2.1% is this “Spoiler Wall”. It is the proportion of votes in First Past the Post that need to flow from the top two parties in a constituency, for the biggest party, the Conservatives, to lose 5% of their seats. 6% was our ideal goal here. The difference between that and 32.1% is astronomical, and even this isn’t enough to dethrone the top two parties in many places. Why was 5% chosen as the basis to find this wall? Surely it was more accurate to say that 16.7% is the wall, as this is when they first lost a seat and didn’t regain it? Well, it is because once this Spoiler Wall is hit, the amount of seats lost for every additional % of the votes being drained increases drastically, resulting in a Conservative minority at 34%, only 1.9% higher than what barely lost them anything. The Spoiler Wall is best defined as the “threshold where the systematic protections of first past the post begin to fail, and the party begins to suffer defeats which become increasingly more proportional to the loss of votes”
For the sake of comparison, I tested this under the Single Transferable Vote (Runoff) with an MP mode of “LIMIT” on County’s and 5 MPs, and the Conservatives with 2019 results (no tactical voting correction) wins 312 seats. The threshold is therefore about 16 seats. The Electoral Wall was found to be 6.5%. Under Proportional Representation using a Nationwide party list system, they win 283 seats, the threshold being 14 seats, and the Electoral Wall being found to be exactly 4.9%.
There are advantages to First Past the Post, and I am incredibly biassed against it and do not think the advantages justify us still using it, but I can recognise why people prefer governments without coalitions and think that the people should have to compromise. But frankly, I think anyone, even the people who defend this system, cannot see these numbers, and think that this is a fair democracy. Your voice doesn’t matter unless you live in marginal constituencies, where your vote counts, but even if you live in such places, if you like one of the smaller parties, then your voice still doesn’t matter. The truth is, that this system makes only a handful of people sway the elections, and even those people can’t express how they truly feel, because in these marginal seats, tactical voting is even more important.
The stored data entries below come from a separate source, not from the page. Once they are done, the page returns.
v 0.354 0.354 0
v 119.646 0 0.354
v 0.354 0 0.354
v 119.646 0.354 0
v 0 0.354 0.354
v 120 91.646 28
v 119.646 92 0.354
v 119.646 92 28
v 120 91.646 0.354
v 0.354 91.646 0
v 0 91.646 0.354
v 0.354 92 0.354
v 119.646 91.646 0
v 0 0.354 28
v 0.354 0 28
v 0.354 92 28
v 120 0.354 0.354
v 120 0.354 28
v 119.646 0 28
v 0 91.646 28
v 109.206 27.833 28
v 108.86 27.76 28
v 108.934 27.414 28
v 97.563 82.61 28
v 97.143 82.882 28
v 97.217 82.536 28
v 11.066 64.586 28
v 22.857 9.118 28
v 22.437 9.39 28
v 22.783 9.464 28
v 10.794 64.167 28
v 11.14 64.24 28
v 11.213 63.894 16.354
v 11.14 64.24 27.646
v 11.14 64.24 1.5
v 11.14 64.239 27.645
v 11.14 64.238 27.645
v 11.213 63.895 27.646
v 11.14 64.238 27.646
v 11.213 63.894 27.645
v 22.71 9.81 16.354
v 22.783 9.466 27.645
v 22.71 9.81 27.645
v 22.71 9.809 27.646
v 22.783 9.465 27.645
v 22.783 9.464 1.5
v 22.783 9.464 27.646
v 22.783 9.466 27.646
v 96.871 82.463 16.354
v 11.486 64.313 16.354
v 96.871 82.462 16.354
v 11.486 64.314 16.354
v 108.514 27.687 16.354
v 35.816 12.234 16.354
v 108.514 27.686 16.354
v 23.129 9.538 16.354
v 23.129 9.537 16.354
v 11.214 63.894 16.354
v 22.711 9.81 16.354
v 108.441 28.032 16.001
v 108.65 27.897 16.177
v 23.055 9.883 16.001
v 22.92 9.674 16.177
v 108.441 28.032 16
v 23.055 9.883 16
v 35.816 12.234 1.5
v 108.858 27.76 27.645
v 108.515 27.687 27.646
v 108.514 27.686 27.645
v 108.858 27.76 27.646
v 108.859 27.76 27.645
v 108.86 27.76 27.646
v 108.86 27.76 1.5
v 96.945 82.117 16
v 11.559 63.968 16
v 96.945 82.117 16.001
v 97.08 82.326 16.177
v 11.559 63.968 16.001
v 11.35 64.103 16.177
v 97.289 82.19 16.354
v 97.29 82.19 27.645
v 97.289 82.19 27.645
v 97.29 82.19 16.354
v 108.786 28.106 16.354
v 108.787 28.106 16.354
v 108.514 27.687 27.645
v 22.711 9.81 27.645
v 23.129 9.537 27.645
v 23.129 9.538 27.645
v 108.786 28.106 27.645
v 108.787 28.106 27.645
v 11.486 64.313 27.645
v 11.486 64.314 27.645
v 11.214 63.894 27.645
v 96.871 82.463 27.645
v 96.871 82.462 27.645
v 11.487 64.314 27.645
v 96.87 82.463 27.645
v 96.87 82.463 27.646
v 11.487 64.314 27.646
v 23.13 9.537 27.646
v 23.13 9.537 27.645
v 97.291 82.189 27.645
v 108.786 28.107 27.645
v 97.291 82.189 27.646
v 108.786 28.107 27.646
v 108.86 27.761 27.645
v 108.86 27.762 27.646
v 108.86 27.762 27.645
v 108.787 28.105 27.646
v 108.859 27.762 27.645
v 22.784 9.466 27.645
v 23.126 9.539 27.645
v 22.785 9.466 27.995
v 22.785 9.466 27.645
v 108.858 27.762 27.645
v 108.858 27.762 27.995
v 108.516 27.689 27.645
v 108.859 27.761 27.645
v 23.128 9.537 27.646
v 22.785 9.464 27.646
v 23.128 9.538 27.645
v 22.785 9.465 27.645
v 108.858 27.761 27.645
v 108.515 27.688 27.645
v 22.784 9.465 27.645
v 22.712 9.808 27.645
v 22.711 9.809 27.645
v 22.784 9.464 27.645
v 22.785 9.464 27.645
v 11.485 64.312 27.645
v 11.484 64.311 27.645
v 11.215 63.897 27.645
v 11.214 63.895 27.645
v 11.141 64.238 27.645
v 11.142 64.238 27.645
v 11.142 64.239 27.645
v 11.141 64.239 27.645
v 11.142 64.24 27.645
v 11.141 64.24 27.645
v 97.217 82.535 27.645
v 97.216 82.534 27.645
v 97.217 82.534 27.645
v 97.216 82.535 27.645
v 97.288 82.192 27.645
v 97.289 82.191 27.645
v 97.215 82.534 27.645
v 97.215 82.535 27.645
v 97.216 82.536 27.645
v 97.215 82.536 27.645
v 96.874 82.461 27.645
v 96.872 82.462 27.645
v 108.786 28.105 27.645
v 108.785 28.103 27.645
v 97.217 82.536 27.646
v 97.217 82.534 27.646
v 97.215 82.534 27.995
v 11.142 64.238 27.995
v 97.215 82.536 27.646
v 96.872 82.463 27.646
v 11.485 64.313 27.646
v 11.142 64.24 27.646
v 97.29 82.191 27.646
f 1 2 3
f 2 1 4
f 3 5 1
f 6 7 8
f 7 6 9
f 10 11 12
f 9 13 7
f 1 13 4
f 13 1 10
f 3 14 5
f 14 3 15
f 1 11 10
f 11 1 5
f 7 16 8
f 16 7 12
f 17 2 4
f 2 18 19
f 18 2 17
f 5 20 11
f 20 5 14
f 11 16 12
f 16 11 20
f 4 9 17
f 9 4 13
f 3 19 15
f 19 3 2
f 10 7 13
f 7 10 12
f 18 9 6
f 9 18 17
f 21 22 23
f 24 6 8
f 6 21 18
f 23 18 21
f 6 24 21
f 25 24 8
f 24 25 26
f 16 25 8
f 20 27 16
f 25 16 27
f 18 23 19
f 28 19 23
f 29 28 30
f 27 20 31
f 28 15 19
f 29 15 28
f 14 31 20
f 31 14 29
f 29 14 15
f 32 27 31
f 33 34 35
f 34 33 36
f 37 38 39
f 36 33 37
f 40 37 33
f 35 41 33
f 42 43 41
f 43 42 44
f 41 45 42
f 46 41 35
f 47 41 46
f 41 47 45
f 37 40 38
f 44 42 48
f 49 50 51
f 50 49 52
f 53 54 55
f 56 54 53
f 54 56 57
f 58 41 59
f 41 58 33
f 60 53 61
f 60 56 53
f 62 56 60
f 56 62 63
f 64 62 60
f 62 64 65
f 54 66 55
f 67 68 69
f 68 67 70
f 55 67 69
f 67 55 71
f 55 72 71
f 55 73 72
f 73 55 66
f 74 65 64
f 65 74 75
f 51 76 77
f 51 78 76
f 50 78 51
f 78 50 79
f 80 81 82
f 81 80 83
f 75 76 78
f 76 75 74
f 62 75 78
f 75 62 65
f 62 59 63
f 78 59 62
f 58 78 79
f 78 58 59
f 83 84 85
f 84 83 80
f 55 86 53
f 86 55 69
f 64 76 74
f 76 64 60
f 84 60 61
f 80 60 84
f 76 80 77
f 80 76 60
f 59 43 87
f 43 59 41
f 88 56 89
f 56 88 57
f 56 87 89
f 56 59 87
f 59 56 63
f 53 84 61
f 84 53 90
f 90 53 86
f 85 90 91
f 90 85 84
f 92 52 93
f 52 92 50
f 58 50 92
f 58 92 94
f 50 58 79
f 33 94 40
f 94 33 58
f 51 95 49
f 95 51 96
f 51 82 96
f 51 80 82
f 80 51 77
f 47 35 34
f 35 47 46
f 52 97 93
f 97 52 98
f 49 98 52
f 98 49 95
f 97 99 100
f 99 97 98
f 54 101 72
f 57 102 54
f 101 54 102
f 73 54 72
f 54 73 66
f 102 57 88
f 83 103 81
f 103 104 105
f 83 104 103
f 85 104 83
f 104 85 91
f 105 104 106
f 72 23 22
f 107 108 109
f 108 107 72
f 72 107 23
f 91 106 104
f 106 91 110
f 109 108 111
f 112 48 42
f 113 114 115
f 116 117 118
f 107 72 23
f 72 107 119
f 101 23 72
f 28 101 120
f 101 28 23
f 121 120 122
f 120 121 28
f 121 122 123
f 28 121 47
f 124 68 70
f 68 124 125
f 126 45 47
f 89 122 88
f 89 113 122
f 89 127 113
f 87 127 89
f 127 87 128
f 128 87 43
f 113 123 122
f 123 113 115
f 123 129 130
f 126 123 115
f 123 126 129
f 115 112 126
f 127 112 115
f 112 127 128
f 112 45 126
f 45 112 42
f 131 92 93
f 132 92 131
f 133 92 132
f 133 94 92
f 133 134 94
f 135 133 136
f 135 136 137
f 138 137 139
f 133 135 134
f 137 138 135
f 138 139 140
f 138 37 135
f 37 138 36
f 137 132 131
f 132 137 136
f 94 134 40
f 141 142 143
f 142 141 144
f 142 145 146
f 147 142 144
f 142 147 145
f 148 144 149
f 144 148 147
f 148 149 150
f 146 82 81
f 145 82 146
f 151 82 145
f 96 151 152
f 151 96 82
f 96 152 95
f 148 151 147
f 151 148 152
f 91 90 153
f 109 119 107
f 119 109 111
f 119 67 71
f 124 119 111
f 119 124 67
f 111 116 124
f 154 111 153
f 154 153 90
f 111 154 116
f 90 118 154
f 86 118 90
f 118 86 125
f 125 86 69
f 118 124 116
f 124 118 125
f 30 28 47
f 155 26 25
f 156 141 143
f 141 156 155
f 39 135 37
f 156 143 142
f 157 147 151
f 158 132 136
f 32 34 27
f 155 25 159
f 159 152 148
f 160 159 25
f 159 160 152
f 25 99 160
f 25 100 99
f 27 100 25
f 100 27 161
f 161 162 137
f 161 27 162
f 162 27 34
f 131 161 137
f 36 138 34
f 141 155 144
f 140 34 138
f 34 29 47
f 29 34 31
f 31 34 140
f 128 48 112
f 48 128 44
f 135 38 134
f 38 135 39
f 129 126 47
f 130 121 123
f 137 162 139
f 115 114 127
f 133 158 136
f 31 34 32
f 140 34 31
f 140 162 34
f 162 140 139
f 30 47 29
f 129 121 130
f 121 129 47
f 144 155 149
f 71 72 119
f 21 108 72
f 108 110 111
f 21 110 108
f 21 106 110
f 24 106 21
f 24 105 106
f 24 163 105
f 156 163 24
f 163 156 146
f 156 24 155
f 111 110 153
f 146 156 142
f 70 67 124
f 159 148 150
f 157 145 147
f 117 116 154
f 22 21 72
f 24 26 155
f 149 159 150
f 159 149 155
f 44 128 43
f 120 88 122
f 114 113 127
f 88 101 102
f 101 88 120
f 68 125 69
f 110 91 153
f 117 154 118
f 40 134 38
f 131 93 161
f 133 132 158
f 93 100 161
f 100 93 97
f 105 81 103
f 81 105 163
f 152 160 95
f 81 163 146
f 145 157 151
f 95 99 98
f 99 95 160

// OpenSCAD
// Practical nested geometry example:
// A shallow diagonal market-row tray has deeper bonus-tile wells cut into its
// floor, with the nested child rotated relative to the parent tray.
include <../../../release/lib/boardgame_insert_toolkit_lib.4.scad>;

data = [
    [ G_PRINT_LID_B, false ],
    [ G_PRINT_BOX_B, true ],
    [ G_ISOLATED_PRINT_BOX, "" ],

    [ OBJECT_BOX,
        [ NAME, "diagonal market tray with bonus wells" ],
        [ BOX_SIZE_XYZ, [120, 92, 28] ],
        [ BOX_NO_LID_B, true ],
        [ BOX_FEATURE,
            [ NAME, "angled market card row" ],
            [ FTR_COMPARTMENT_SIZE_XYZ, [88, 56, 12] ],
            [ POSITION_XY, [CENTER, CENTER] ],
            [ ROTATION, 12 ],

            [ BOX_FEATURE,
                [ NAME, "deeper rotated bonus-tile wells" ],
                [ FTR_NUM_COMPARTMENTS_XY, [2, 1] ],
                [ FTR_COMPARTMENT_SIZE_XYZ, [16, 12, 24] ],
                [ FTR_PADDING_XY, [5, 1] ],
                [ POSITION_XY, [CENTER, MAX] ],
                [ ROTATION, -35 ],
            ],
        ],
    ],
];

Make(data);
The point of all of this is, the system we choose is so much more impactful on our voice than plenty of people think. Most people know voting for a smaller party is a waste individually, but to actually know how much of a strongarm tactical voting has over our politics is very scary. It boils down elections to simple competitions of Labour vs Conservatives, and who can scare the most voters into tactically voting against the other, and how to make the opponent look awful enough to make voters too apathetic to vote tactically.